• **Task to complete**
From the records below, print exactly the lines starting at the one containing "e36 v28 v21 LINE" and ending at the one containing "face PLANE(AX(P(0,35.7,0),D(0,-1,0),D(0,0,1))) rev", ends included, and nothing else.

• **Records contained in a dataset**
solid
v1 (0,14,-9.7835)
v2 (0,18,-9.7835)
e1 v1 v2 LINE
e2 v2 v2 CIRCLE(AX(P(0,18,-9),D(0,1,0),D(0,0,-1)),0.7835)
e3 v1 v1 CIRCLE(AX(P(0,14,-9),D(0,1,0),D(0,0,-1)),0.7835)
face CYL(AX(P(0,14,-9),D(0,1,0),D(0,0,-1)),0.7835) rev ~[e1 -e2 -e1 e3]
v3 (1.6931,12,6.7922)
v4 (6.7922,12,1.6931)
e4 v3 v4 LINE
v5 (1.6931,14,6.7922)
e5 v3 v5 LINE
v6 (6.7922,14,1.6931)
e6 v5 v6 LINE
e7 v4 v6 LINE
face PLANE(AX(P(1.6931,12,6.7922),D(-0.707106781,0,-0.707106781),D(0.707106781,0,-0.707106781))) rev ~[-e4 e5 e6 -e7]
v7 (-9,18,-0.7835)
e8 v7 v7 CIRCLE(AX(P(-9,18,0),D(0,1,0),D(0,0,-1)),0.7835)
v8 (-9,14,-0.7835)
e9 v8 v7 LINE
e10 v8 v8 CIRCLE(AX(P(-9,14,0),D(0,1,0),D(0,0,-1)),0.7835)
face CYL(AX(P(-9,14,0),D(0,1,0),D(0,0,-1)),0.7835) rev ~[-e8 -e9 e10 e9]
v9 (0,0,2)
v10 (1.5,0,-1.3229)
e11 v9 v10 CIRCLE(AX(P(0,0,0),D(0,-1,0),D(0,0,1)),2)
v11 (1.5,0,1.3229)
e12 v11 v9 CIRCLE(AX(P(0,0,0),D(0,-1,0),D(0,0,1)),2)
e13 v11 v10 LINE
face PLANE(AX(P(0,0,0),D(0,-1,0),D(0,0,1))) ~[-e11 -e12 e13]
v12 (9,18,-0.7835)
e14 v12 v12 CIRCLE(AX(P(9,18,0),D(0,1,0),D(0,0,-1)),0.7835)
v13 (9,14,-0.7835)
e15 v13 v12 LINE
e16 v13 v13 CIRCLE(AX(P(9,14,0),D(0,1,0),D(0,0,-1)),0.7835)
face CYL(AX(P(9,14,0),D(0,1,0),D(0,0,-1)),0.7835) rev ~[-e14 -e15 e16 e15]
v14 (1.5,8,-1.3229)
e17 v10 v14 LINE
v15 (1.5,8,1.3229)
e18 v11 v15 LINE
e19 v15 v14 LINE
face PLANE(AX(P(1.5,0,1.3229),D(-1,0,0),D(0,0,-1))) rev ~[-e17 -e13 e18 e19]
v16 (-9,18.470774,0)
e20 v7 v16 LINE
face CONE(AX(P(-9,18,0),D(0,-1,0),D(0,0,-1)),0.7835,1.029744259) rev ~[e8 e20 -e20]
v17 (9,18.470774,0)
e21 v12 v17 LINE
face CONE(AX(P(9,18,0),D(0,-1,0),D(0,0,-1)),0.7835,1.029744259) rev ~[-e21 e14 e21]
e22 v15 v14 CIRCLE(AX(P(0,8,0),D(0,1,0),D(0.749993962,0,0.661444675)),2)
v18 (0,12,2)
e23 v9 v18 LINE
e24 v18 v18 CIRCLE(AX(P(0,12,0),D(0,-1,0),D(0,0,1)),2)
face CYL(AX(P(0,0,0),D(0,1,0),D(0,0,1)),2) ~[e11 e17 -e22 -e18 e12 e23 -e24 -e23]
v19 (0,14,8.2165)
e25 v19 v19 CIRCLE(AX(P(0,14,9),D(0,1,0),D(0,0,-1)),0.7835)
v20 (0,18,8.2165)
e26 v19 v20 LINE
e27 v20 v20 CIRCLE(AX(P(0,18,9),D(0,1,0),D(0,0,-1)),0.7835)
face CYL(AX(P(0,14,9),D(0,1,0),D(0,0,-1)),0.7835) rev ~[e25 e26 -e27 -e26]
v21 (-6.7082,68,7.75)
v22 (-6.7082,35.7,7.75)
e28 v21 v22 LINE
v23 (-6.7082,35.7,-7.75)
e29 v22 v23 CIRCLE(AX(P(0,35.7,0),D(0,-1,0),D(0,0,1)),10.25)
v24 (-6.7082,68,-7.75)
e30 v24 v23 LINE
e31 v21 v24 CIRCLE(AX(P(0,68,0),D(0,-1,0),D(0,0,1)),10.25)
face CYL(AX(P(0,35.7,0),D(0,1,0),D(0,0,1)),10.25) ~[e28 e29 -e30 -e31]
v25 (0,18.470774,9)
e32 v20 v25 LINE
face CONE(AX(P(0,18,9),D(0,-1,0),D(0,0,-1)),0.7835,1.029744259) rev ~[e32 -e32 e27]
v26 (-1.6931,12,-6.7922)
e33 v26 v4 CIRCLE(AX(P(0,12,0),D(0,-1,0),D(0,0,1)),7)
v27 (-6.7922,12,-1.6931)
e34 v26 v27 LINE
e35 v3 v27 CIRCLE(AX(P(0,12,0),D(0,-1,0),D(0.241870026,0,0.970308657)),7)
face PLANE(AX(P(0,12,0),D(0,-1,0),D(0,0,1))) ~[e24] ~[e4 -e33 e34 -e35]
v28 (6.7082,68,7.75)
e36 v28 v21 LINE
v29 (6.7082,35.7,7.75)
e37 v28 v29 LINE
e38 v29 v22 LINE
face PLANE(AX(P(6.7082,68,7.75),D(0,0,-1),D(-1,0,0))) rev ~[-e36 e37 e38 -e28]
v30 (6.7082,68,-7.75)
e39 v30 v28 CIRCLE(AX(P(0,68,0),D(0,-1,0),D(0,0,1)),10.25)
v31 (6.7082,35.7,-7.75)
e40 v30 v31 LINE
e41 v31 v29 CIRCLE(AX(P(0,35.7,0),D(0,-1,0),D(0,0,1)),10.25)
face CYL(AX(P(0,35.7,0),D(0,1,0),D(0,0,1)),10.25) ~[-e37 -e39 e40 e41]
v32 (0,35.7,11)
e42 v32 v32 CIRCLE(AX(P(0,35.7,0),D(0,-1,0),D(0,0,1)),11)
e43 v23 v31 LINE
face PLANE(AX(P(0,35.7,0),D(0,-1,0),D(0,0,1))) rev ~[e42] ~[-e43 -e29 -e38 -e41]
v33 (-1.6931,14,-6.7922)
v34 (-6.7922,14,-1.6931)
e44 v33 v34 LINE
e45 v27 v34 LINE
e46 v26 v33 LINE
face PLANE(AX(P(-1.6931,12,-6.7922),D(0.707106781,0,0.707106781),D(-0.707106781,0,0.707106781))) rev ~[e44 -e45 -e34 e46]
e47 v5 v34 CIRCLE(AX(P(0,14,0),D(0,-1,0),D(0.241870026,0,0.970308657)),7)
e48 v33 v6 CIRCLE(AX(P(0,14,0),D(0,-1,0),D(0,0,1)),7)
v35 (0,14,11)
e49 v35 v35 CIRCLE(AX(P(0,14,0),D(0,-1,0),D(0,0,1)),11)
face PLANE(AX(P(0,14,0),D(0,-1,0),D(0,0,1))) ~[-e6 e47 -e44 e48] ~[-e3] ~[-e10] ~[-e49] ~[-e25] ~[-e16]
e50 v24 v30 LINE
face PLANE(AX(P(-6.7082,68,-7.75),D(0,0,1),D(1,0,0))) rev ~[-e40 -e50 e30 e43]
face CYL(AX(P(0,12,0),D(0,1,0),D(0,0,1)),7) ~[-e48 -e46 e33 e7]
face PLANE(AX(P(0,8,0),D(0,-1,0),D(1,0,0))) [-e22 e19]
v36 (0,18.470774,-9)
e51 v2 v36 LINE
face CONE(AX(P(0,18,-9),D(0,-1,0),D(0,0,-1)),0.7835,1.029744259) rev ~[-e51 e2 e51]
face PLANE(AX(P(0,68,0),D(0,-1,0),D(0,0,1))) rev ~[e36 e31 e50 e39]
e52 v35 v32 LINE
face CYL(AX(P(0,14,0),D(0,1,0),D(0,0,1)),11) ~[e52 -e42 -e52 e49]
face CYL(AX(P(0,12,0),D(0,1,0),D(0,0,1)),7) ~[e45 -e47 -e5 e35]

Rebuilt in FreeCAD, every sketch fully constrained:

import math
import FreeCAD as App
import Part
import Sketcher
Q = App.Units.Quantity


def add_polygon(sketch, points):
    """Adds a closed chain of lines whose ends are joined by coincident constraints."""
    first, n = sketch.GeometryCount, len(points)
    for a, b in zip(points, points[1:] + points[:1]):
        sketch.addGeometry(Part.LineSegment(App.Vector(*a, 0), App.Vector(*b, 0)), False)
    for i in range(n):
        sketch.addConstraint(Sketcher.Constraint("Coincident", first + i, 2, first + (i + 1) % n, 1))

doc = App.newDocument("Part")
body = doc.addObject("PartDesign::Body", "Body")

# Sketch on YZ plane
sketch1 = body.newObject("Sketcher::SketchObject", "Sketch")
sketch1.AttachmentSupport = (doc.getObject("YZ_Plane"), [""])
sketch1.MapMode = "FlatFace"
add_polygon(sketch1, [(0, 2), (0, 0), (68, 0), (68, 10.2), (35.7, 10.2), (35.7, 11), (14, 11), (14, 7), (12, 7), (12, 2)])  # lines 0-9
sketch1.addConstraint(Sketcher.Constraint("Vertical", 0))
sketch1.addConstraint(Sketcher.Constraint("Horizontal", 1))
sketch1.addConstraint(Sketcher.Constraint("Vertical", 2))
sketch1.addConstraint(Sketcher.Constraint("Horizontal", 3))
sketch1.addConstraint(Sketcher.Constraint("Vertical", 4))
sketch1.addConstraint(Sketcher.Constraint("Horizontal", 5))
sketch1.addConstraint(Sketcher.Constraint("Vertical", 6))
sketch1.addConstraint(Sketcher.Constraint("Horizontal", 7))
sketch1.addConstraint(Sketcher.Constraint("Vertical", 8))
sketch1.addConstraint(Sketcher.Constraint("Horizontal", 9))
sketch1.addConstraint(Sketcher.Constraint("Coincident", 0, 2, -1, 1))
sketch1.addConstraint(Sketcher.Constraint("Equal", 7, 0))
sketch1.addConstraint(Sketcher.Constraint("DistanceX", 7, 2, 7, 1, Q("2 mm")))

• **Output of the exercise**
e36 v28 v21 LINE
v29 (6.7082,35.7,7.75)
e37 v28 v29 LINE
e38 v29 v22 LINE
face PLANE(AX(P(6.7082,68,7.75),D(0,0,-1),D(-1,0,0))) rev ~[-e36 e37 e38 -e28]
v30 (6.7082,68,-7.75)
e39 v30 v28 CIRCLE(AX(P(0,68,0),D(0,-1,0),D(0,0,1)),10.25)
v31 (6.7082,35.7,-7.75)
e40 v30 v31 LINE
e41 v31 v29 CIRCLE(AX(P(0,35.7,0),D(0,-1,0),D(0,0,1)),10.25)
face CYL(AX(P(0,35.7,0),D(0,1,0),D(0,0,1)),10.25) ~[-e37 -e39 e40 e41]
v32 (0,35.7,11)
e42 v32 v32 CIRCLE(AX(P(0,35.7,0),D(0,-1,0),D(0,0,1)),11)
e43 v23 v31 LINE
face PLANE(AX(P(0,35.7,0),D(0,-1,0),D(0,0,1))) rev ~[e42] ~[-e43 -e29 -e38 -e41]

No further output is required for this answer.